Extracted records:
□ □ □ □ □

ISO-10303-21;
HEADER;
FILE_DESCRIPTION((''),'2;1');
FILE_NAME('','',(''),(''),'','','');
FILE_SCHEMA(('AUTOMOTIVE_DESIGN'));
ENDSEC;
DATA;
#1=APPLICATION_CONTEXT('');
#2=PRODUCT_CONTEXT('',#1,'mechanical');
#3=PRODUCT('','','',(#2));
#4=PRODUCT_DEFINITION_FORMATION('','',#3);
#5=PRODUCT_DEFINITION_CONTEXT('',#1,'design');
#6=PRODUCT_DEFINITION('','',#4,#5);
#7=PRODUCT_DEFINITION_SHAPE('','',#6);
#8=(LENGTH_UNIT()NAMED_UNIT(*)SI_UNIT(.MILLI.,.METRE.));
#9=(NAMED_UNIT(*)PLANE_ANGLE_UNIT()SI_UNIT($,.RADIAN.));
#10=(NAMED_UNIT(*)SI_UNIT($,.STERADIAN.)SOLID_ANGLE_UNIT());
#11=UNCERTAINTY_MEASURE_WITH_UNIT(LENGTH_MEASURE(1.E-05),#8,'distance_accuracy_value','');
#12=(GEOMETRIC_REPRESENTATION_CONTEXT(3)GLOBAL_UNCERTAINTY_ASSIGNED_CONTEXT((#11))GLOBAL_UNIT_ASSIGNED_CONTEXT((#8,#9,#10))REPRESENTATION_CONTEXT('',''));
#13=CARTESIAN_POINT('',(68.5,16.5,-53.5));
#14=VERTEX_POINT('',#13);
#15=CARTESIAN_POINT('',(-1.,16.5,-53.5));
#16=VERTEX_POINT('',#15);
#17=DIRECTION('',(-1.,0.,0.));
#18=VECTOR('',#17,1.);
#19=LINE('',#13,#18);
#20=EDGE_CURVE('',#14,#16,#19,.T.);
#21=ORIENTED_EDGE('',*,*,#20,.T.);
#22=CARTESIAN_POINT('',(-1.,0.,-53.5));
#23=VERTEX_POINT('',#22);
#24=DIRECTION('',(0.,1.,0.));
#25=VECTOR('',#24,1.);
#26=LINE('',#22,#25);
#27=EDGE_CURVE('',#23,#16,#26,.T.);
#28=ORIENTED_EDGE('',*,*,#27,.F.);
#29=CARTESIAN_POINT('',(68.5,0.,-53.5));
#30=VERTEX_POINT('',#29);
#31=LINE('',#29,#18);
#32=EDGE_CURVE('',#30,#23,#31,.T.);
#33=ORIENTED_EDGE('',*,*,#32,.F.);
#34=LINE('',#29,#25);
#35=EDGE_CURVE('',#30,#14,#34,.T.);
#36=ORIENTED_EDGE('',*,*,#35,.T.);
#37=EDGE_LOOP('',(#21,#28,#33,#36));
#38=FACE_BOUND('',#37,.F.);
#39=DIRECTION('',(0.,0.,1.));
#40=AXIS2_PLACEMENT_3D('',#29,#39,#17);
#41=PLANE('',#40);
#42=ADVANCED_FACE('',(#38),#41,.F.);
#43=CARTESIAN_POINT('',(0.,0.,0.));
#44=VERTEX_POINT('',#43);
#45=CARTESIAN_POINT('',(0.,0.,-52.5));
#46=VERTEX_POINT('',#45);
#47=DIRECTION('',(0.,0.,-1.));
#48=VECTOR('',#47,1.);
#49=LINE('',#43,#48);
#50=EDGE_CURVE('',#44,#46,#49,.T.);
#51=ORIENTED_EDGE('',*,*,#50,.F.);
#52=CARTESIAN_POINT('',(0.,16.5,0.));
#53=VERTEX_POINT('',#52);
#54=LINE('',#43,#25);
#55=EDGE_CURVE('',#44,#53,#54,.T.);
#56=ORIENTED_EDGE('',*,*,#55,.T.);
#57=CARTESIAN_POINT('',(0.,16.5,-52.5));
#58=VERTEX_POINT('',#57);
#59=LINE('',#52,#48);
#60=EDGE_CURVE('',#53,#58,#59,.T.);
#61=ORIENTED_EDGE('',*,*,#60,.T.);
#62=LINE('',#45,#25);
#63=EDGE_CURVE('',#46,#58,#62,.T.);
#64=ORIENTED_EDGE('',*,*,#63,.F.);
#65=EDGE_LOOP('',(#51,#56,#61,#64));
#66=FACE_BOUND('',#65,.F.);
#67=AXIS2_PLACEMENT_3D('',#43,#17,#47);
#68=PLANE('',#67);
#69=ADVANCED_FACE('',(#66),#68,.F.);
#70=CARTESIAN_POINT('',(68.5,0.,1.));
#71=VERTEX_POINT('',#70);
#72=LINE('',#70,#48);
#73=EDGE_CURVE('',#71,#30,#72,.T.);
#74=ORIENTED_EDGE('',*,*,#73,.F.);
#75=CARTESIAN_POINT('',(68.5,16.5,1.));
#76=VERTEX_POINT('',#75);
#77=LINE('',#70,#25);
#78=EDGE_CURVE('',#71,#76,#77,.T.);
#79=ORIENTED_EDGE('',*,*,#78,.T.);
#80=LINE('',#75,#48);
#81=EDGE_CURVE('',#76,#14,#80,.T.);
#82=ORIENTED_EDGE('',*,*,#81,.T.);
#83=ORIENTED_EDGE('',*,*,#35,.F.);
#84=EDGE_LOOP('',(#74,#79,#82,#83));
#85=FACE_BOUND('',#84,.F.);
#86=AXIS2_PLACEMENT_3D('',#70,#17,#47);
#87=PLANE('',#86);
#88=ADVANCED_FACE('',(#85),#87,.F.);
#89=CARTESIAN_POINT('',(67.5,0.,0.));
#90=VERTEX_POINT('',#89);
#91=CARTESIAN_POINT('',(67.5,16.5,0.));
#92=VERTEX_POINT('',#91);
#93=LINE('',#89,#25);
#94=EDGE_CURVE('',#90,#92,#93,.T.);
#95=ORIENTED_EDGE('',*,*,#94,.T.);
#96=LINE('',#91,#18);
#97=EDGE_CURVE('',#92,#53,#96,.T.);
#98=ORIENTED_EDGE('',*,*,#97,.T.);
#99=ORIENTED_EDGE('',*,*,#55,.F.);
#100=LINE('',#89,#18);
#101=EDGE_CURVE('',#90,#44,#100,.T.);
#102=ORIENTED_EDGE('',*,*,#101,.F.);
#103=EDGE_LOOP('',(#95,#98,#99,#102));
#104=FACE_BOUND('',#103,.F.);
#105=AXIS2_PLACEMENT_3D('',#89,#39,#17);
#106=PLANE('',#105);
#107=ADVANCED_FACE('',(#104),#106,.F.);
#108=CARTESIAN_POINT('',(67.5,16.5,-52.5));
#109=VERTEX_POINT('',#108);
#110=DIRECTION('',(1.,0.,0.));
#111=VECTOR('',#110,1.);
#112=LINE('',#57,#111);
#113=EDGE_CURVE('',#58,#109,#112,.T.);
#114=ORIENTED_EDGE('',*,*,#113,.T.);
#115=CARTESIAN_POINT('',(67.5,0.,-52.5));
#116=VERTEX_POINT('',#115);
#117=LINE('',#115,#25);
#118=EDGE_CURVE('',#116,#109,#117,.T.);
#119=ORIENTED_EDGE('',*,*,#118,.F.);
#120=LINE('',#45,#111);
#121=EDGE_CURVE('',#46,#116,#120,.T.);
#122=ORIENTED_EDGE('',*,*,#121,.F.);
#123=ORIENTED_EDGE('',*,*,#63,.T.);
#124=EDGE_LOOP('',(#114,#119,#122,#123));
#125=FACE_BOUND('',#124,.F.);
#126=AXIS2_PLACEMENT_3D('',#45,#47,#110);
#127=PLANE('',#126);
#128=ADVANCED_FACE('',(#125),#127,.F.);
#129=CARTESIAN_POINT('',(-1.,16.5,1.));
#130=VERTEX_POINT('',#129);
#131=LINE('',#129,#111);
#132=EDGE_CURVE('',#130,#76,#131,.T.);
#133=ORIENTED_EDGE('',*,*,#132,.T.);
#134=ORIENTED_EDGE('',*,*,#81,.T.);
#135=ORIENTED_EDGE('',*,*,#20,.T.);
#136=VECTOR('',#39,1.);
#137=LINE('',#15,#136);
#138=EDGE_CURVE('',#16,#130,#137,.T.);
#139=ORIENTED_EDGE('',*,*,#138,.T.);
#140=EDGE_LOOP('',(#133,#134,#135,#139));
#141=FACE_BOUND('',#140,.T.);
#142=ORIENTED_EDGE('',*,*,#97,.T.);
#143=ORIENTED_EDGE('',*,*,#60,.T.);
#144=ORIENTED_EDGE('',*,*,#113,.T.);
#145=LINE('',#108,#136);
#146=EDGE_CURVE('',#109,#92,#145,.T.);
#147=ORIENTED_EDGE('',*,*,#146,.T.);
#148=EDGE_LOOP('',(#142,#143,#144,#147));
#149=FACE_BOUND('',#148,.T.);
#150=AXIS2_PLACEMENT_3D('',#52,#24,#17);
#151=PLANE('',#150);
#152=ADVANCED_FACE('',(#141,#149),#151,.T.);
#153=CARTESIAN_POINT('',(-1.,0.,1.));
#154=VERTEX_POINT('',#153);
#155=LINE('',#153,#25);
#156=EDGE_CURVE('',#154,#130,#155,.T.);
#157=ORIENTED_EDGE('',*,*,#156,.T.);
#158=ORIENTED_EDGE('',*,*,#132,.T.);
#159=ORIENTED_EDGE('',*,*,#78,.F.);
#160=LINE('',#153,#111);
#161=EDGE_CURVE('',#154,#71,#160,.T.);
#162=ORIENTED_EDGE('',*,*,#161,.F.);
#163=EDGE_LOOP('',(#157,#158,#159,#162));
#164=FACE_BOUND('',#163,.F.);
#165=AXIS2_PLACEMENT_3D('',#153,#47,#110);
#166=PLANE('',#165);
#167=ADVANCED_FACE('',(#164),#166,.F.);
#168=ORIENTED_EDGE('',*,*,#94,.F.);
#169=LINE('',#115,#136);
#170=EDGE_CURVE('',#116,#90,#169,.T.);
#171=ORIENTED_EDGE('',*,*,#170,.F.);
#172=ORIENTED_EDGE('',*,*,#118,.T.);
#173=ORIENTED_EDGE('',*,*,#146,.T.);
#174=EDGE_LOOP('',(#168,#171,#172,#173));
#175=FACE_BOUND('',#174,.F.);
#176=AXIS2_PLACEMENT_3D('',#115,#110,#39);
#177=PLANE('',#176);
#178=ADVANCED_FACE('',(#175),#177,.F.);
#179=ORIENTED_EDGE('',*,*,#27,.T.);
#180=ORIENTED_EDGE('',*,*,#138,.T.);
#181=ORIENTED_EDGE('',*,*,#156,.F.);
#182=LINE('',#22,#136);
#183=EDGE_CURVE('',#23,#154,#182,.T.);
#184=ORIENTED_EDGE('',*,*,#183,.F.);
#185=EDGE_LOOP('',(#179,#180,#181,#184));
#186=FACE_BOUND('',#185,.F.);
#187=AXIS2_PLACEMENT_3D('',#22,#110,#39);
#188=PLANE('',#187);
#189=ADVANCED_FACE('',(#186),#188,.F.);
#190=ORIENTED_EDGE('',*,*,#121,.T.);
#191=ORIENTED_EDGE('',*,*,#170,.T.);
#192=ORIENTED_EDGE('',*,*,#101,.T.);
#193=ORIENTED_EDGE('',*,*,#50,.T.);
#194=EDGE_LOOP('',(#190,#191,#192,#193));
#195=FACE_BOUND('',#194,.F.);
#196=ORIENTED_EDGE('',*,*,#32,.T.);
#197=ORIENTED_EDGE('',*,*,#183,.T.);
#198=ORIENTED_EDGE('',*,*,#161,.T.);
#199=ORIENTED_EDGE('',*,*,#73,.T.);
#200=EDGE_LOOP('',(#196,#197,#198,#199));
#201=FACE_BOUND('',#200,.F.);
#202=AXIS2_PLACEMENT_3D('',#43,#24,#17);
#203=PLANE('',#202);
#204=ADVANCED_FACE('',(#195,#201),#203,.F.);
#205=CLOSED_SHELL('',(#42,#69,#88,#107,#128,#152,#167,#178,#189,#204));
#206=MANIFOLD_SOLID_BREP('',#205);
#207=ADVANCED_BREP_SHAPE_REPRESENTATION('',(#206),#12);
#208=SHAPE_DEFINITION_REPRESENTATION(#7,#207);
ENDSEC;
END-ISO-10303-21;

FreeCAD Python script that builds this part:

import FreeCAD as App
import Part
import Sketcher
from FreeCAD import Vector

doc = App.newDocument("Part")
body = doc.addObject("PartDesign::Body", "Body")

sketch1 = body.newObject("Sketcher::SketchObject", "Sketch")
sketch1.AttachmentSupport = (doc.getObject("XZ_Plane"), [""])
sketch1.MapMode = "FlatFace"
sketch1.addGeometry(Part.LineSegment(Vector(68.5, 1, 0), Vector(68.5, -53.5, 0)), False)
sketch1.addGeometry(Part.LineSegment(Vector(68.5, -53.5, 0), Vector(-1, -53.5, 0)), False)
sketch1.addGeometry(Part.LineSegment(Vector(-1, -53.5, 0), Vector(-1, 1, 0)), False)
sketch1.addGeometry(Part.LineSegment(Vector(-1, 1, 0), Vector(68.5, 1, 0)), False)
sketch1.addGeometry(Part.LineSegment(Vector(67.5, 0, 0), Vector(0, 0, 0)), False)
sketch1.addGeometry(Part.LineSegment(Vector(0, 0, 0), Vector(0, -52.5, 0)), False)
sketch1.addGeometry(Part.LineSegment(Vector(0, -52.5, 0), Vector(67.5, -52.5, 0)), False)
sketch1.addGeometry(Part.LineSegment(Vector(67.5, -52.5, 0), Vector(67.5, 0, 0)), False)
sketch1.addConstraint(Sketcher.Constraint("Coincident", 0, 2, 1, 1))
sketch1.addConstraint(Sketcher.Constraint("Coincident", 1, 2, 2, 1))
sketch1.addConstraint(Sketcher.Constraint("Coincident", 2, 2, 3, 1))
sketch1.addConstraint(Sketcher.Constraint("Coincident", 3, 2, 0, 1))
sketch1.addConstraint(Sketcher.Constraint("Coincident", 4, 2, 5, 1))
sketch1.addConstraint(Sketcher.Constraint("Coincident", 5, 2, 6, 1))
sketch1.addConstraint(Sketcher.Constraint("Coincident", 6, 2, 7, 1))
sketch1.addConstraint(Sketcher.Constraint("Coincident", 7, 2, 4, 1))
sketch1.addConstraint(Sketcher.Constraint("Vertical", 0))
sketch1.addConstraint(Sketcher.Constraint("Horizontal", 1))
sketch1.addConstraint(Sketcher.Constraint("Vertical", 2))
sketch1.addConstraint(Sketcher.Constraint("Horizontal", 3))
sketch1.addConstraint(Sketcher.Constraint("Horizontal", 4))
sketch1.addConstraint(Sketcher.Constraint("Vertical", 5))
sketch1.addConstraint(Sketcher.Constraint("Horizontal", 6))
sketch1.addConstraint(Sketcher.Constraint("Vertical", 7))
sketch1.addConstraint(Sketcher.Constraint("Coincident", 4, 2, -1, 1))
sketch1.addConstraint(Sketcher.Constraint("DistanceX", 4, 2, 4, 1, 67.5))
sketch1.addConstraint(Sketcher.Constraint("DistanceY", 5, 2, 5, 1, 52.5))
sketch1.addConstraint(Sketcher.Constraint("DistanceX", 1, 2, -1, 1, 1.0))
sketch1.addConstraint(Sketcher.Constraint("DistanceY", -1, 1, 2, 2, 1.0))
sketch1.addConstraint(Sketcher.Constraint("DistanceY", 1, 2, 5, 2, 1.0))
sketch1.addConstraint(Sketcher.Constraint("DistanceX", 6, 2, 0, 2, 1.0))
pad1 = body.newObject("PartDesign::Pad", "Pad")
pad1.Profile = sketch1
pad1.Length = 16.5
pad1.Reversed = True

doc.recompute()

□ □ □ □ □

Task to complete
Begin at the line that has "#122=ORIENTED_EDGE('',*,*,#121,.F.);" in the entries above; stop after the line that has "#163=EDGE_LOOP('',(#157,#158,#159,#162));". Transcribe exactly those lines and no others.

Response box
#122=ORIENTED_EDGE('',*,*,#121,.F.);
#123=ORIENTED_EDGE('',*,*,#63,.T.);
#124=EDGE_LOOP('',(#114,#119,#122,#123));
#125=FACE_BOUND('',#124,.F.);
#126=AXIS2_PLACEMENT_3D('',#45,#47,#110);
#127=PLANE('',#126);
#128=ADVANCED_FACE('',(#125),#127,.F.);
#129=CARTESIAN_POINT('',(-1.,16.5,1.));
#130=VERTEX_POINT('',#129);
#131=LINE('',#129,#111);
#132=EDGE_CURVE('',#130,#76,#131,.T.);
#133=ORIENTED_EDGE('',*,*,#132,.T.);
#134=ORIENTED_EDGE('',*,*,#81,.T.);
#135=ORIENTED_EDGE('',*,*,#20,.T.);
#136=VECTOR('',#39,1.);
#137=LINE('',#15,#136);
#138=EDGE_CURVE('',#16,#130,#137,.T.);
#139=ORIENTED_EDGE('',*,*,#138,.T.);
#140=EDGE_LOOP('',(#133,#134,#135,#139));
#141=FACE_BOUND('',#140,.T.);
#142=ORIENTED_EDGE('',*,*,#97,.T.);
#143=ORIENTED_EDGE('',*,*,#60,.T.);
#144=ORIENTED_EDGE('',*,*,#113,.T.);
#145=LINE('',#108,#136);
#146=EDGE_CURVE('',#109,#92,#145,.T.);
#147=ORIENTED_EDGE('',*,*,#146,.T.);
#148=EDGE_LOOP('',(#142,#143,#144,#147));
#149=FACE_BOUND('',#148,.T.);
#150=AXIS2_PLACEMENT_3D('',#52,#24,#17);
#151=PLANE('',#150);
#152=ADVANCED_FACE('',(#141,#149),#151,.T.);
#153=CARTESIAN_POINT('',(-1.,0.,1.));
#154=VERTEX_POINT('',#153);
#155=LINE('',#153,#25);
#156=EDGE_CURVE('',#154,#130,#155,.T.);
#157=ORIENTED_EDGE('',*,*,#156,.T.);
#158=ORIENTED_EDGE('',*,*,#132,.T.);
#159=ORIENTED_EDGE('',*,*,#78,.F.);
#160=LINE('',#153,#111);
#161=EDGE_CURVE('',#154,#71,#160,.T.);
#162=ORIENTED_EDGE('',*,*,#161,.F.);
#163=EDGE_LOOP('',(#157,#158,#159,#162));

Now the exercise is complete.